3.     A vaccine is developed, though this is likely to take place after the first wave is over, so this eventuality is not especially impactful on this first wave.
4.     The virus is so heat-sensitive that when summer comes, the first wave ends, but then returns in the fall/winter. So again, not a long-term solution in and of itself.
5.     We continue as we are, have somewhere around 50-60 million infected, develop enough herd immunity that the first wave ends, but again not a long term solution since wave two is sure to follow. This also means that the health care system is overwrought, the economy takes a huge hit and it takes a long time for the economy to recover.

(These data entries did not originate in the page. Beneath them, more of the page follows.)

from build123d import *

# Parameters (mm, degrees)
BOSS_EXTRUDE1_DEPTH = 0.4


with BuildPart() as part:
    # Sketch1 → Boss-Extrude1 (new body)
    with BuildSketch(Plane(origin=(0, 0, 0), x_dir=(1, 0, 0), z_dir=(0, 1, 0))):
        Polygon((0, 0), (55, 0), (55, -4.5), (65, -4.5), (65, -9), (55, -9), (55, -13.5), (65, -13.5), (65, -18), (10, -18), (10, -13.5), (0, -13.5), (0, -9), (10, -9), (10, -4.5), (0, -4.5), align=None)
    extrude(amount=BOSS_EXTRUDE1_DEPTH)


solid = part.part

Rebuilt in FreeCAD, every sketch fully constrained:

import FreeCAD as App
import Part
import Sketcher

doc = App.newDocument("Part")
params = doc.addObject("Spreadsheet::Sheet", "Params")
for row, (alias, value) in enumerate([
    ("sketch1_width", "55 mm"),
    ("sketch1_width2", "10 mm"),
    ("sketch1_height", "4.5 mm"),
    ("pad1_length", "0.4 mm"),
], start=1):
    params.set(f"A{row}", alias)
    params.set(f"B{row}", "=" + value)
    params.setAlias(f"B{row}", alias)

body = doc.addObject("PartDesign::Body", "Body")

# Sketch on XZ plane
sketch1 = body.newObject("Sketcher::SketchObject", "Sketch")
sketch1.AttachmentSupport = (doc.getObject("XZ_Plane"), [""])
sketch1.MapMode = "FlatFace"
sketch1.addGeometry([
    Part.LineSegment(App.Vector(55, 0, 0), App.Vector(0, 0, 0)),  # 0
    Part.LineSegment(App.Vector(0, 0, 0), App.Vector(0, 4.5, 0)),  # 1
    Part.LineSegment(App.Vector(0, 4.5, 0), App.Vector(10, 4.5, 0)),  # 2
    Part.LineSegment(App.Vector(10, 4.5, 0), App.Vector(10, 9, 0)),  # 3
    Part.LineSegment(App.Vector(10, 9, 0), App.Vector(0, 9, 0)),  # 4
    Part.LineSegment(App.Vector(0, 9, 0), App.Vector(0, 13.5, 0)),  # 5
    Part.LineSegment(App.Vector(0, 13.5, 0), App.Vector(10, 13.5, 0)),  # 6
    Part.LineSegment(App.Vector(10, 13.5, 0), App.Vector(10, 18, 0)),  # 7
    Part.LineSegment(App.Vector(10, 18, 0), App.Vector(65, 18, 0)),  # 8
    Part.LineSegment(App.Vector(65, 18, 0), App.Vector(65, 13.5, 0)),  # 9
    Part.LineSegment(App.Vector(65, 13.5, 0), App.Vector(55, 13.5, 0)),  # 10
    Part.LineSegment(App.Vector(55, 13.5, 0), App.Vector(55, 9, 0)),  # 11
    Part.LineSegment(App.Vector(55, 9, 0), App.Vector(65, 9, 0)),  # 12
    Part.LineSegment(App.Vector(65, 9, 0), App.Vector(65, 4.5, 0)),  # 13
    Part.LineSegment(App.Vector(65, 4.5, 0), App.Vector(55, 4.5, 0)),  # 14
    Part.LineSegment(App.Vector(55, 4.5, 0), App.Vector(55, 0, 0)),  # 15
], False)
sketch1.addConstraint([
    Sketcher.Constraint("Coincident", 0, 2, 1, 1),
    Sketcher.Constraint("Coincident", 1, 2, 2, 1),
    Sketcher.Constraint("Coincident", 2, 2, 3, 1),
    Sketcher.Constraint("Coincident", 3, 2, 4, 1),
    Sketcher.Constraint("Coincident", 4, 2, 5, 1),
    Sketcher.Constraint("Coincident", 5, 2, 6, 1),
    Sketcher.Constraint("Coincident", 6, 2, 7, 1),
    Sketcher.Constraint("Coincident", 7, 2, 8, 1),
    Sketcher.Constraint("Coincident", 8, 2, 9, 1),
    Sketcher.Constraint("Coincident", 9, 2, 10, 1),
    Sketcher.Constraint("Coincident", 10, 2, 11, 1),
    Sketcher.Constraint("Coincident", 11, 2, 12, 1),
    Sketcher.Constraint("Coincident", 12, 2, 13, 1),
    Sketcher.Constraint("Coincident", 13, 2, 14, 1),
    Sketcher.Constraint("Coincident", 14, 2, 15, 1),
    Sketcher.Constraint("Coincident", 15, 2, 0, 1),
    Sketcher.Constraint("Horizontal", 0),
    Sketcher.Constraint("Vertical", 1),
    Sketcher.Constraint("Horizontal", 2),
    Sketcher.Constraint("Vertical", 3),
    Sketcher.Constraint("Horizontal", 4),
    Sketcher.Constraint("Vertical", 5),
    Sketcher.Constraint("Horizontal", 6),
    Sketcher.Constraint("Vertical", 7),
    Sketcher.Constraint("Horizontal", 8),
    Sketcher.Constraint("Vertical", 9),
    Sketcher.Constraint("Horizontal", 10),
    Sketcher.Constraint("Vertical", 11),
    Sketcher.Constraint("Horizontal", 12),
    Sketcher.Constraint("Vertical", 13),
    Sketcher.Constraint("Horizontal", 14),
    Sketcher.Constraint("Vertical", 15),
    Sketcher.Constraint("Coincident", 0, 2, -1, 1),
    Sketcher.Constraint("PointOnObject", 4, 2, -2),
    Sketcher.Constraint("Horizontal", 6, 2, 9, 2),
    Sketcher.Constraint("Horizontal", 4, 2, 11, 2),
    Sketcher.Constraint("Horizontal", 2, 2, 13, 2),
    Sketcher.Constraint("Vertical", 3, 2, 6, 2),
    Sketcher.Constraint("Vertical", 9, 2, 12, 2),
    Sketcher.Constraint("Vertical", 11, 2, 14, 2),
    Sketcher.Constraint("Equal", 0, 8),
    Sketcher.Constraint("Equal", 1, 3),
    Sketcher.Constraint("Equal", 3, 5),
    Sketcher.Constraint("Equal", 5, 7),
    Sketcher.Constraint("DistanceX", 0, 2, 0, 1, 55.0),
    Sketcher.Constraint("DistanceX", 2, 1, 2, 2, 10.0),
    Sketcher.Constraint("DistanceY", 1, 1, 1, 2, 4.5),
])
sketch1.setExpression("Constraints[44]", "Params.sketch1_width")
sketch1.setExpression("Constraints[45]", "Params.sketch1_width2")
sketch1.setExpression("Constraints[46]", "Params.sketch1_height")
pad1 = body.newObject("PartDesign::Pad", "Pad")
pad1.Profile = sketch1
pad1.setExpression("Length", "Params.pad1_length")
pad1.Reversed = True

doc.recompute()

6.     We follow the current public health protocols which ratchet up as the epidemic widens and deepens. This one is a moving target, as we tighten the hygiene, social distancing and isolation, closures, etc. In the short and long term, this is also a sort of lost proposition. At first we only test those that are sick with fever, then those with a cough, then eventually those exposed to someone confirmed, etc. Even though we know that some carry the virus without some of these symptoms. And that some pass this along while very much asymptomatic. As you recall, I have been harping on this since this epidemic began. Anyway, this version tightens and tightens on everyone, eventually, shutting down society, for a period of time. The wave is over and we rebuild. This is the one we are on track for at this time. This is the one that we are in the middle of. But it does not make much sense to me. At all. I would like to offer the one that makes most sense. Always has, at least for the first wave.

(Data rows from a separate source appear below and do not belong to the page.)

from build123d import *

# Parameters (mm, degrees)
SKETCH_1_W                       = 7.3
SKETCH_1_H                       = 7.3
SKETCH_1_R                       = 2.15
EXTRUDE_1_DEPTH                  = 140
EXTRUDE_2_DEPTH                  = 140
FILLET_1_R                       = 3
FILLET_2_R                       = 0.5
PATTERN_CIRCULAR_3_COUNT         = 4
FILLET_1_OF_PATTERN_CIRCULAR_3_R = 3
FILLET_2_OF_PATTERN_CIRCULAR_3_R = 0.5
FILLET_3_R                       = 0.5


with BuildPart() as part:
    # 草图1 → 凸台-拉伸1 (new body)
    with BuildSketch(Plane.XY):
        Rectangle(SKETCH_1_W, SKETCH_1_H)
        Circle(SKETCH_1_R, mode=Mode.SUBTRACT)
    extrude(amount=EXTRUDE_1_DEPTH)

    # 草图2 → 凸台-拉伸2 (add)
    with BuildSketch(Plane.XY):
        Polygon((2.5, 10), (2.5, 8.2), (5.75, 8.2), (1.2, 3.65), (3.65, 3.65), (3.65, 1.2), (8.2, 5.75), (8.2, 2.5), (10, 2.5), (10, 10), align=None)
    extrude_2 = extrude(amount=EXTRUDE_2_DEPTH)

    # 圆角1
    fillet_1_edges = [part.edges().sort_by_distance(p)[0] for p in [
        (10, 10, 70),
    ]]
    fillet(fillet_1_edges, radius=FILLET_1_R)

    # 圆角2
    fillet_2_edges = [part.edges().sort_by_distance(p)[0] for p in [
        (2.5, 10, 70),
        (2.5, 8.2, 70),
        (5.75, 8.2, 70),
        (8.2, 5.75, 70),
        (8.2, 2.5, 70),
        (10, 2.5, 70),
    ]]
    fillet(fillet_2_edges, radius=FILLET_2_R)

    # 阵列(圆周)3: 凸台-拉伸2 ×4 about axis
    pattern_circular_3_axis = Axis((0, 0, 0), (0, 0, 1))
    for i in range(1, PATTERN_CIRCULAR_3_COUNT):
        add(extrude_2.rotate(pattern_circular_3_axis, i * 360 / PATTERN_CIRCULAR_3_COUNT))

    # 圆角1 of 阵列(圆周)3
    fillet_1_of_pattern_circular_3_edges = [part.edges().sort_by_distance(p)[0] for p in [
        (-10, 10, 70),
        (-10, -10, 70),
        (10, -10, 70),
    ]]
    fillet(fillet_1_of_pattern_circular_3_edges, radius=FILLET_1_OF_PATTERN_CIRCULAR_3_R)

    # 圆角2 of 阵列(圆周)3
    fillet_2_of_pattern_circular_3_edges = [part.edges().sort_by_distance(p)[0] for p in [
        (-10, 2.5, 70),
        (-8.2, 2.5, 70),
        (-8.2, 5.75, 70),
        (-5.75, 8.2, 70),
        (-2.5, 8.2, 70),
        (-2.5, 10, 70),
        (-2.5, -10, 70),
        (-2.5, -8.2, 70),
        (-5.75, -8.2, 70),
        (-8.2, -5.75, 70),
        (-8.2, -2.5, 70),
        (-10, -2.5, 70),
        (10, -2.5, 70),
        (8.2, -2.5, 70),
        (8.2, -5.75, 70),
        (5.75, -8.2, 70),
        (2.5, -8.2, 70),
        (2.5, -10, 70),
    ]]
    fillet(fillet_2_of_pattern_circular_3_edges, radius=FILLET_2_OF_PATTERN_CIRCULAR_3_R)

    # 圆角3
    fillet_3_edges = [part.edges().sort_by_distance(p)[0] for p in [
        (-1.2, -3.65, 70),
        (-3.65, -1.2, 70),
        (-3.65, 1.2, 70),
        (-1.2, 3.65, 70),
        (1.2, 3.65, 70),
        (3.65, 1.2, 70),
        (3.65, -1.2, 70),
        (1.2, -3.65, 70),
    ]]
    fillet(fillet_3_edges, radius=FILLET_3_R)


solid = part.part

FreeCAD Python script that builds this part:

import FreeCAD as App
import Part
import Sketcher

V = App.Vector
Q = App.Units.Quantity


def edges_at(feature, points):
    """Names of the edges that pass closest to the given points."""
    edges = feature.Shape.Edges
    near = lambda p: min(range(len(edges)), key=lambda i: edges[i].distToShape(Part.Vertex(*p))[0])
    return sorted({f"Edge{near(p) + 1}" for p in points})

doc = App.newDocument("Part")
body = doc.addObject("PartDesign::Body", "Body")

sketch1 = doc.addObject("Sketcher::SketchObject", "Sketch")
body.addObject(sketch1)
sketch1.AttachmentSupport = (doc.XY_Plane, [""])
sketch1.MapMode = "FlatFace"
sketch1.addGeometry([
    Part.LineSegment(V(-3.6, 3.6, 0), V(-3.6, -3.6, 0)),
    Part.LineSegment(V(-3.6, -3.6, 0), V(3.6, -3.6, 0)),
    Part.LineSegment(V(3.6, -3.6, 0), V(3.6, 3.6, 0)),
    Part.LineSegment(V(3.6, 3.6, 0), V(-3.6, 3.6, 0)),
    Part.Circle(V(0, 0, 0), V(0, 0, 1), 2.1),
], False)
sketch1.addConstraint([
    Sketcher.Constraint("Coincident", 0, 2, 1, 1),
    Sketcher.Constraint("Coincident", 1, 2, 2, 1),
    Sketcher.Constraint("Coincident", 2, 2, 3, 1),
    Sketcher.Constraint("Coincident", 3, 2, 0, 1),
    Sketcher.Constraint("Vertical", 0),
    Sketcher.Constraint("Horizontal", 1),
    Sketcher.Constraint("Vertical", 2),
    Sketcher.Constraint("Horizontal", 3),
    Sketcher.Constraint("Coincident", 4, 3, -1, 1),
    Sketcher.Constraint("Symmetric", 0, 2, 2, 2, -1, 1),
    Sketcher.Constraint("Equal", 3, 0),
    Sketcher.Constraint("Diameter", 4, 4.3),
    Sketcher.Constraint("DistanceX", 1, 1, 1, 2, 7.3),
])
pad1 = doc.addObject("PartDesign::Pad", "Pad")
body.addObject(pad1)
pad1.Profile = sketch1
pad1.Length = 140

sketch2 = doc.addObject("Sketcher::SketchObject", "Sketch001")
body.addObject(sketch2)
sketch2.AttachmentSupport = (doc.XY_Plane, [""])
sketch2.MapMode = "FlatFace"
sketch2.addGeometry([
    Part.LineSegment(V(2.5, 10, 0), V(2.5, 8.2, 0)),
    Part.LineSegment(V(2.5, 8.2, 0), V(5.8, 8.2, 0)),
    Part.LineSegment(V(5.8, 8.2, 0), V(1.2, 3.6, 0)),
    Part.LineSegment(V(1.2, 3.6, 0), V(3.6, 3.6, 0)),
    Part.LineSegment(V(3.6, 3.6, 0), V(3.6, 1.2, 0)),
    Part.LineSegment(V(3.6, 1.2, 0), V(8.2, 5.8, 0)),
    Part.LineSegment(V(8.2, 5.8, 0), V(8.2, 2.5, 0)),
    Part.LineSegment(V(8.2, 2.5, 0), V(10, 2.5, 0)),
    Part.LineSegment(V(10, 2.5, 0), V(10, 10, 0)),
    Part.LineSegment(V(10, 10, 0), V(2.5, 10, 0)),
], False)
sketch2.addConstraint([
    Sketcher.Constraint("Coincident", 0, 2, 1, 1),
    Sketcher.Constraint("Coincident", 1, 2, 2, 1),
    Sketcher.Constraint("Coincident", 2, 2, 3, 1),
    Sketcher.Constraint("Coincident", 3, 2, 4, 1),
    Sketcher.Constraint("Coincident", 4, 2, 5, 1),
    Sketcher.Constraint("Coincident", 5, 2, 6, 1),
    Sketcher.Constraint("Coincident", 6, 2, 7, 1),
    Sketcher.Constraint("Coincident", 7, 2, 8, 1),
    Sketcher.Constraint("Coincident", 8, 2, 9, 1),
    Sketcher.Constraint("Coincident", 9, 2, 0, 1),
    Sketcher.Constraint("Vertical", 0),
    Sketcher.Constraint("Horizontal", 1),
    Sketcher.Constraint("Horizontal", 3),
    Sketcher.Constraint("Vertical", 4),
    Sketcher.Constraint("Vertical", 6),
    Sketcher.Constraint("Horizontal", 7),
    Sketcher.Constraint("Vertical", 8),
    Sketcher.Constraint("Horizontal", 9),
    Sketcher.Constraint("Parallel", 2, 5),
    Sketcher.Constraint("Equal", 7, 0),
    Sketcher.Constraint("Equal", 3, 4),
    Sketcher.Constraint("Equal", 1, 6),
    Sketcher.Constraint("Equal", 9, 8),
    Sketcher.Constraint("Angle", 2, Q("-135 deg")),
    Sketcher.Constraint("DistanceX", 7, 1, 7, 2, 1.8),
    Sketcher.Constraint("DistanceX", 9, 2, 9, 1, 7.5),
    Sketcher.Constraint("DistanceX", -1, 1, 7, 2, 10.0),
    Sketcher.Constraint("DistanceY", -1, 1, 8, 2, 10.0),
    Sketcher.Constraint("DistanceY", 4, 2, 0, 2, 7.0),
    Sketcher.Constraint("DistanceX", 1, 1, 1, 2, 3.25),
])
pad2 = doc.addObject("PartDesign::Pad", "Pad001")
body.addObject(pad2)
pad2.Profile = sketch2
pad2.Length = 140
doc.recompute()

fillet = doc.addObject("PartDesign::Fillet", "Fillet")
body.addObject(fillet)
fillet.Base = (pad2, edges_at(pad2, [(10, 10, 70)]))
fillet.Radius = 3
doc.recompute()

fillet2 = doc.addObject("PartDesign::Fillet", "Fillet001")
body.addObject(fillet2)
fillet2.Base = (fillet, edges_at(fillet, [
    (2.5, 10, 70),
    (2.5, 8.2, 70),
    (5.75, 8.2, 70),
    (8.2, 5.75, 70),
    (8.2, 2.5, 70),
    (10, 2.5, 70),
]))
fillet2.Radius = 0.5
doc.recompute()

polarpattern = doc.addObject("PartDesign::PolarPattern", "PolarPattern")
body.addObject(polarpattern)
polarpattern.Originals = [pad2]
polarpattern.Axis = (doc.Z_Axis, [""])
polarpattern.Angle = 360
polarpattern.Occurrences = 4
body.Tip = polarpattern
doc.recompute()

fillet3 = doc.addObject("PartDesign::Fillet", "Fillet002")
body.addObject(fillet3)
fillet3.Base = (polarpattern, edges_at(polarpattern, [(-10, 10, 70), (-10, -10, 70), (10, -10, 70)]))
fillet3.Radius = 3
doc.recompute()

fillet4 = doc.addObject("PartDesign::Fillet", "Fillet003")
body.addObject(fillet4)
fillet4.Base = (fillet3, edges_at(fillet3, [
    (-10, 2.5, 70),
    (-8.2, 2.5, 70),
    (-8.2, 5.75, 70),
    (-5.75, 8.2, 70),
    (-2.5, 8.2, 70),
    (-2.5, 10, 70),
    (-2.5, -10, 70),
    (-2.5, -8.2, 70),
    (-5.75, -8.2, 70),
    (-8.2, -5.75, 70),
    (-8.2, -2.5, 70),
    (-10, -2.5, 70),
    (10, -2.5, 70),
    (8.2, -2.5, 70),
    (8.2, -5.75, 70),
    (5.75, -8.2, 70),
    (2.5, -8.2, 70),
    (2.5, -10, 70),
]))
fillet4.Radius = 0.5
doc.recompute()

fillet5 = doc.addObject("PartDesign::Fillet", "Fillet004")
body.addObject(fillet5)
fillet5.Base = (fillet4, edges_at(fillet4, [
    (-1.2, -3.65, 70),
    (-3.65, -1.2, 70),
    (-3.65, 1.2, 70),
    (-1.2, 3.65, 70),
    (1.2, 3.65, 70),
    (3.65, 1.2, 70),
    (3.65, -1.2, 70),
    (1.2, -3.65, 70),
]))
fillet5.Radius = 0.5

doc.recompute()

7.     To be as clear as possible, this next one is still strikes me as the very best way to end this wave without having to wait for any new science. Everyone gets tested. If you are going to interact with society in general, get tested. On the front end this is expensive, but it would stop the epidemic in a month or so. Period. In fact, it would have been over already. This is easy to model out. Let’s do this in a small version as an example. The town I live in has 50,000 people. If we are all in a lockdown to one extent or another, then we suffer equally. This does not make sense and it is not sustainable for the long run. What if we all get tested. Perhaps only 5 people are positive. You isolate them and the other 49,995 are free to go about their lives, in a cautious way, but life is more typical. Let’s say instead 5,000 are positive, you isolate them and the 45,000 are free to go about life. And then you keep testing every week. Isolating the ones that are newly positive. In a very, very short time, this wave ends. Perhaps a month or so. This is both cheaper, quicker, less intrusive to society, and really everyone wins. The idea of only testing symptomatic people or those that may have had contact, remains an error in judgment and does not match what we know about transmitting the virus from asymptomatic folks. No matter what the cost is to this strategy, unless there is new science that creates an intervention, this is a solid solution. This will become a more obvious solution, in one form or another, if the numbers keep growing as expected.

One way or another this wave will end. It only matters how impactful this virus is to us. And I still say this is not a medical question but a political public health question. Let’s make the right decision now. Some of you can impact public policy. Push for this strategy.